◆ **PROVIDED MATERIAL**:

★ ★ ★

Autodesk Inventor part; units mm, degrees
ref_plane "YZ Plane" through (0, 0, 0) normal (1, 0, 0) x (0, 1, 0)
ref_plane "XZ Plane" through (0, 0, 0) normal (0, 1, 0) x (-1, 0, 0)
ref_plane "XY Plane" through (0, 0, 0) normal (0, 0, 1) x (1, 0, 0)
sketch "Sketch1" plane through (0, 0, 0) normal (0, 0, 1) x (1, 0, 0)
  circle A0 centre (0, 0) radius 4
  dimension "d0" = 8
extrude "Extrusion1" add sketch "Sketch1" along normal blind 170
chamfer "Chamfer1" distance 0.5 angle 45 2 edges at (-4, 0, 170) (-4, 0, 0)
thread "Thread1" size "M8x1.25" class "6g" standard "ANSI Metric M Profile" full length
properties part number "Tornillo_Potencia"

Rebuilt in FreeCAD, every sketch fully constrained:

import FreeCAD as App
import Part
import Sketcher
from FreeCAD import Vector
Q = App.Units.Quantity


def edges_at(feature, points):
    """Names of the edges that pass closest to the given points."""
    edges = feature.Shape.Edges
    near = lambda p: min(range(len(edges)), key=lambda i: edges[i].distToShape(Part.Vertex(*p))[0])
    return sorted({f"Edge{near(p) + 1}" for p in points})

doc = App.newDocument("Part")
body = doc.addObject("PartDesign::Body", "Body")

# Sketch on XY plane
sketch1 = doc.addObject("Sketcher::SketchObject", "Sketch")
body.addObject(sketch1)
sketch1.AttachmentSupport = (doc.XY_Plane, [""])
sketch1.MapMode = "FlatFace"
sketch1.addGeometry(Part.Circle(Vector(0, 0, 0), Vector(0, 0, 1), 4), False)
sketch1.addConstraint(Sketcher.Constraint("Coincident", 0, 3, -1, 1))
sketch1.addConstraint(Sketcher.Constraint("Diameter", 0, Q("8 mm")))
pad1 = doc.addObject("PartDesign::Pad", "Pad")
body.addObject(pad1)
pad1.Profile = sketch1
pad1.Length = 170
doc.recompute()

chamfer = doc.addObject("PartDesign::Chamfer", "Chamfer")
body.addObject(chamfer)
chamfer.Base = (pad1, edges_at(pad1, [(-4, 0, 170), (-4, 0, 0)]))
chamfer.Size = 0.5

doc.recompute()
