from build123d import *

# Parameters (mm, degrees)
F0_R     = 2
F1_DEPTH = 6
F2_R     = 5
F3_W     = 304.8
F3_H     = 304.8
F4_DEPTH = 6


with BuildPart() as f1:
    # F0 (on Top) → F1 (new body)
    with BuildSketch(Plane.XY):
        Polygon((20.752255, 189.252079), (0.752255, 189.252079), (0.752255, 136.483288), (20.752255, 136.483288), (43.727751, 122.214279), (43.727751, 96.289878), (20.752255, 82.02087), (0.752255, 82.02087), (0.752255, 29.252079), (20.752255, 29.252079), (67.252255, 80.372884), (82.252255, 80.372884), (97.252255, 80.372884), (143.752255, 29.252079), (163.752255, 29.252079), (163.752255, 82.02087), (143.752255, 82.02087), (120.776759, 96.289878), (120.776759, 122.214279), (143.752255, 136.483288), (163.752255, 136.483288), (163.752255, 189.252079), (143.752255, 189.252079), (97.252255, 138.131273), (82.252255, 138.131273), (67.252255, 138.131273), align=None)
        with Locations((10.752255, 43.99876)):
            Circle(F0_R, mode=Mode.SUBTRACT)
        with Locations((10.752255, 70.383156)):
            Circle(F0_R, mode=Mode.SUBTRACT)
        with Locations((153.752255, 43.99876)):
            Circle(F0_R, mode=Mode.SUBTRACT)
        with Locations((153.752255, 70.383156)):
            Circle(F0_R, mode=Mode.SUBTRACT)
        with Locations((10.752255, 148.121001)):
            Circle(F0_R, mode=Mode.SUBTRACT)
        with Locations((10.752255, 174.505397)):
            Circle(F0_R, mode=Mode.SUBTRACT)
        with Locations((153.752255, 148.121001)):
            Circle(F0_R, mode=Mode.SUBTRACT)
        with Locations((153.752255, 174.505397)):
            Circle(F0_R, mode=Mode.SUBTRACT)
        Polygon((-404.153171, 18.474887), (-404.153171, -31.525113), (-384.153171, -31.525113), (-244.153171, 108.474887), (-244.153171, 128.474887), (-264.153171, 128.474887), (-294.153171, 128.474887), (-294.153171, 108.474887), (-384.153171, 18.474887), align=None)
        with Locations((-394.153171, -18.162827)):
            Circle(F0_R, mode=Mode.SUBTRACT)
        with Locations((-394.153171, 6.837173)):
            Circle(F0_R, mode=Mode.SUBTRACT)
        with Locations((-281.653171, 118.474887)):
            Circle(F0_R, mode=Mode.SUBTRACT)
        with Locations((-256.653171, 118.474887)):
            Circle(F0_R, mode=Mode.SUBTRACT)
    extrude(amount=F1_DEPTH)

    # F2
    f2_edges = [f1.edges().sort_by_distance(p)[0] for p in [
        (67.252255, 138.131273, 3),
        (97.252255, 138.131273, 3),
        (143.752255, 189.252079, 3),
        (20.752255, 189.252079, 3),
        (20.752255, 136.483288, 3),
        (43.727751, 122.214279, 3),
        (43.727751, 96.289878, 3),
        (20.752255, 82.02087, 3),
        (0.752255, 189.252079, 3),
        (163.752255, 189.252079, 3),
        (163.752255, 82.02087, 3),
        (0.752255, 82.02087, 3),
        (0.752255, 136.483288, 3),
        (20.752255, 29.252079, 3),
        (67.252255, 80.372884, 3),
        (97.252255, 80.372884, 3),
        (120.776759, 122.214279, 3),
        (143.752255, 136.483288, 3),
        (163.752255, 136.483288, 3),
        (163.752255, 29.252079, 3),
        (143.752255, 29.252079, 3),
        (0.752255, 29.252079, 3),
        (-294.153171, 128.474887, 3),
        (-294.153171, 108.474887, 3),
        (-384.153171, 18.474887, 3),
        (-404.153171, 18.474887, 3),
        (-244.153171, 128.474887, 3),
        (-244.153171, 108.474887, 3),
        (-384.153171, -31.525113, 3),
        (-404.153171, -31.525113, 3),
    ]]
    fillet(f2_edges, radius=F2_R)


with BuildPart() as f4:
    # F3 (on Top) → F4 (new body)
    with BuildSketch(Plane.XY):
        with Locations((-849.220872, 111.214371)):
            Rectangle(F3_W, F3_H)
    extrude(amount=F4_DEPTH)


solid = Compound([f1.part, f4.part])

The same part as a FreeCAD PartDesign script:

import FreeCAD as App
import Part
import Sketcher
Q = App.Units.Quantity


def edges_at(feature, points):
    """Names of the edges that pass closest to the given points."""
    edges = feature.Shape.Edges
    near = lambda p: min(range(len(edges)), key=lambda i: edges[i].distToShape(Part.Vertex(*p))[0])
    return sorted({f"Edge{near(p) + 1}" for p in points})

doc = App.newDocument("Part")
params = doc.addObject("Spreadsheet::Sheet", "Params")
for row, (alias, value) in enumerate([
    ("sketch1_diameter", "4 mm"),
    ("sketch1_width", "20 mm"),
    ("sketch1_width2", "30 mm"),
    ("sketch1_width3", "50 mm"),
    ("pad1_length", "6 mm"),
    ("fillet_radius", "5 mm"),
    ("sketch2_width", "304.8 mm"),
    ("pad2_length", "6 mm"),
], start=1):
    params.set(f"A{row}", alias)
    params.set(f"B{row}", "=" + value)
    params.setAlias(f"B{row}", alias)

body = doc.addObject("PartDesign::Body", "Body")
body.AllowCompound = True

# Sketch on XY plane
sketch1 = body.newObject("Sketcher::SketchObject", "Sketch")
sketch1.AttachmentSupport = (doc.getObject("XY_Plane"), [""])
sketch1.MapMode = "FlatFace"
sketch1.addGeometry([
    Part.LineSegment(App.Vector(20.8, 189.3, 0), App.Vector(0.8, 189.3, 0)),  # 0
    Part.LineSegment(App.Vector(0.8, 189.3, 0), App.Vector(0.8, 136.5, 0)),  # 1
    Part.LineSegment(App.Vector(0.8, 136.5, 0), App.Vector(20.8, 136.5, 0)),  # 2
    Part.LineSegment(App.Vector(20.8, 136.5, 0), App.Vector(43.7, 122.2, 0)),  # 3
    Part.LineSegment(App.Vector(43.7, 122.2, 0), App.Vector(43.7, 96.3, 0)),  # 4
    Part.LineSegment(App.Vector(43.7, 96.3, 0), App.Vector(20.8, 82, 0)),  # 5
    Part.LineSegment(App.Vector(20.8, 82, 0), App.Vector(0.8, 82, 0)),  # 6
    Part.LineSegment(App.Vector(0.8, 82, 0), App.Vector(0.8, 29.3, 0)),  # 7
    Part.LineSegment(App.Vector(0.8, 29.3, 0), App.Vector(20.8, 29.3, 0)),  # 8
    Part.LineSegment(App.Vector(20.8, 29.3, 0), App.Vector(67.3, 80.4, 0)),  # 9
    Part.LineSegment(App.Vector(67.3, 80.4, 0), App.Vector(97.3, 80.4, 0)),  # 10
    Part.LineSegment(App.Vector(97.3, 80.4, 0), App.Vector(143.8, 29.3, 0)),  # 11
    Part.LineSegment(App.Vector(143.8, 29.3, 0), App.Vector(163.8, 29.3, 0)),  # 12
    Part.LineSegment(App.Vector(163.8, 29.3, 0), App.Vector(163.8, 82, 0)),  # 13
    Part.LineSegment(App.Vector(163.8, 82, 0), App.Vector(143.8, 82, 0)),  # 14
    Part.LineSegment(App.Vector(143.8, 82, 0), App.Vector(120.8, 96.3, 0)),  # 15
    Part.LineSegment(App.Vector(120.8, 96.3, 0), App.Vector(120.8, 122.2, 0)),  # 16
    Part.LineSegment(App.Vector(120.8, 122.2, 0), App.Vector(143.8, 136.5, 0)),  # 17
    Part.LineSegment(App.Vector(143.8, 136.5, 0), App.Vector(163.8, 136.5, 0)),  # 18
    Part.LineSegment(App.Vector(163.8, 136.5, 0), App.Vector(163.8, 189.3, 0)),  # 19
    Part.LineSegment(App.Vector(163.8, 189.3, 0), App.Vector(143.8, 189.3, 0)),  # 20
    Part.LineSegment(App.Vector(143.8, 189.3, 0), App.Vector(97.3, 138.1, 0)),  # 21
    Part.LineSegment(App.Vector(97.3, 138.1, 0), App.Vector(67.3, 138.1, 0)),  # 22
    Part.LineSegment(App.Vector(67.3, 138.1, 0), App.Vector(20.8, 189.3, 0)),  # 23
    Part.Circle(App.Vector(10.8, 44, 0), App.Vector(0, 0, 1), 2),  # 24
    Part.Circle(App.Vector(10.8, 70.4, 0), App.Vector(0, 0, 1), 2),  # 25
    Part.Circle(App.Vector(153.8, 44, 0), App.Vector(0, 0, 1), 2),  # 26
    Part.Circle(App.Vector(153.8, 70.4, 0), App.Vector(0, 0, 1), 2),  # 27
    Part.Circle(App.Vector(10.8, 148.1, 0), App.Vector(0, 0, 1), 2),  # 28
    Part.Circle(App.Vector(10.8, 174.5, 0), App.Vector(0, 0, 1), 2),  # 29
    Part.Circle(App.Vector(153.8, 148.1, 0), App.Vector(0, 0, 1), 2),  # 30
    Part.Circle(App.Vector(153.8, 174.5, 0), App.Vector(0, 0, 1), 2),  # 31
    Part.LineSegment(App.Vector(-404.2, 18.5, 0), App.Vector(-404.2, -31.5, 0)),  # 32
    Part.LineSegment(App.Vector(-404.2, -31.5, 0), App.Vector(-384.2, -31.5, 0)),  # 33
    Part.LineSegment(App.Vector(-384.2, -31.5, 0), App.Vector(-244.2, 108.5, 0)),  # 34
    Part.LineSegment(App.Vector(-244.2, 108.5, 0), App.Vector(-244.2, 128.5, 0)),  # 35
    Part.LineSegment(App.Vector(-244.2, 128.5, 0), App.Vector(-294.2, 128.5, 0)),  # 36
    Part.LineSegment(App.Vector(-294.2, 128.5, 0), App.Vector(-294.2, 108.5, 0)),  # 37
    Part.LineSegment(App.Vector(-294.2, 108.5, 0), App.Vector(-384.2, 18.5, 0)),  # 38
    Part.LineSegment(App.Vector(-384.2, 18.5, 0), App.Vector(-404.2, 18.5, 0)),  # 39
    Part.Circle(App.Vector(-394.2, -18.2, 0), App.Vector(0, 0, 1), 2),  # 40
    Part.Circle(App.Vector(-394.2, 6.8, 0), App.Vector(0, 0, 1), 2),  # 41
    Part.Circle(App.Vector(-281.7, 118.5, 0), App.Vector(0, 0, 1), 2),  # 42
    Part.Circle(App.Vector(-256.7, 118.5, 0), App.Vector(0, 0, 1), 2),  # 43
], False)
sketch1.addConstraint([
    Sketcher.Constraint("Coincident", 0, 2, 1, 1),
    Sketcher.Constraint("Coincident", 1, 2, 2, 1),
    Sketcher.Constraint("Coincident", 2, 2, 3, 1),
    Sketcher.Constraint("Coincident", 3, 2, 4, 1),
    Sketcher.Constraint("Coincident", 4, 2, 5, 1),
    Sketcher.Constraint("Coincident", 5, 2, 6, 1),
    Sketcher.Constraint("Coincident", 6, 2, 7, 1),
    Sketcher.Constraint("Coincident", 7, 2, 8, 1),
    Sketcher.Constraint("Coincident", 8, 2, 9, 1),
    Sketcher.Constraint("Coincident", 9, 2, 10, 1),
    Sketcher.Constraint("Coincident", 10, 2, 11, 1),
    Sketcher.Constraint("Coincident", 11, 2, 12, 1),
    Sketcher.Constraint("Coincident", 12, 2, 13, 1),
    Sketcher.Constraint("Coincident", 13, 2, 14, 1),
    Sketcher.Constraint("Coincident", 14, 2, 15, 1),
    Sketcher.Constraint("Coincident", 15, 2, 16, 1),
    Sketcher.Constraint("Coincident", 16, 2, 17, 1),
    Sketcher.Constraint("Coincident", 17, 2, 18, 1),
    Sketcher.Constraint("Coincident", 18, 2, 19, 1),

★ ★ ★

◆ **ACTIVITY**:
Begin at the first line of the records above and restate each line word for word, stopping after the line with "Rebuilt in FreeCAD, every".

◆ **ANSWER BOX**:
Autodesk Inventor part; units mm, degrees
ref_plane "YZ Plane" through (0, 0, 0) normal (1, 0, 0) x (0, 1, 0)
ref_plane "XZ Plane" through (0, 0, 0) normal (0, 1, 0) x (-1, 0, 0)
ref_plane "XY Plane" through (0, 0, 0) normal (0, 0, 1) x (1, 0, 0)
sketch "Sketch1" plane through (0, 0, 0) normal (0, 0, 1) x (1, 0, 0)
  circle A0 centre (0, 0) radius 4
  dimension "d0" = 8
extrude "Extrusion1" add sketch "Sketch1" along normal blind 170
chamfer "Chamfer1" distance 0.5 angle 45 2 edges at (-4, 0, 170) (-4, 0, 0)
thread "Thread1" size "M8x1.25" class "6g" standard "ANSI Metric M Profile" full length
properties part number "Tornillo_Potencia"

Rebuilt in FreeCAD, every sketch fully constrained:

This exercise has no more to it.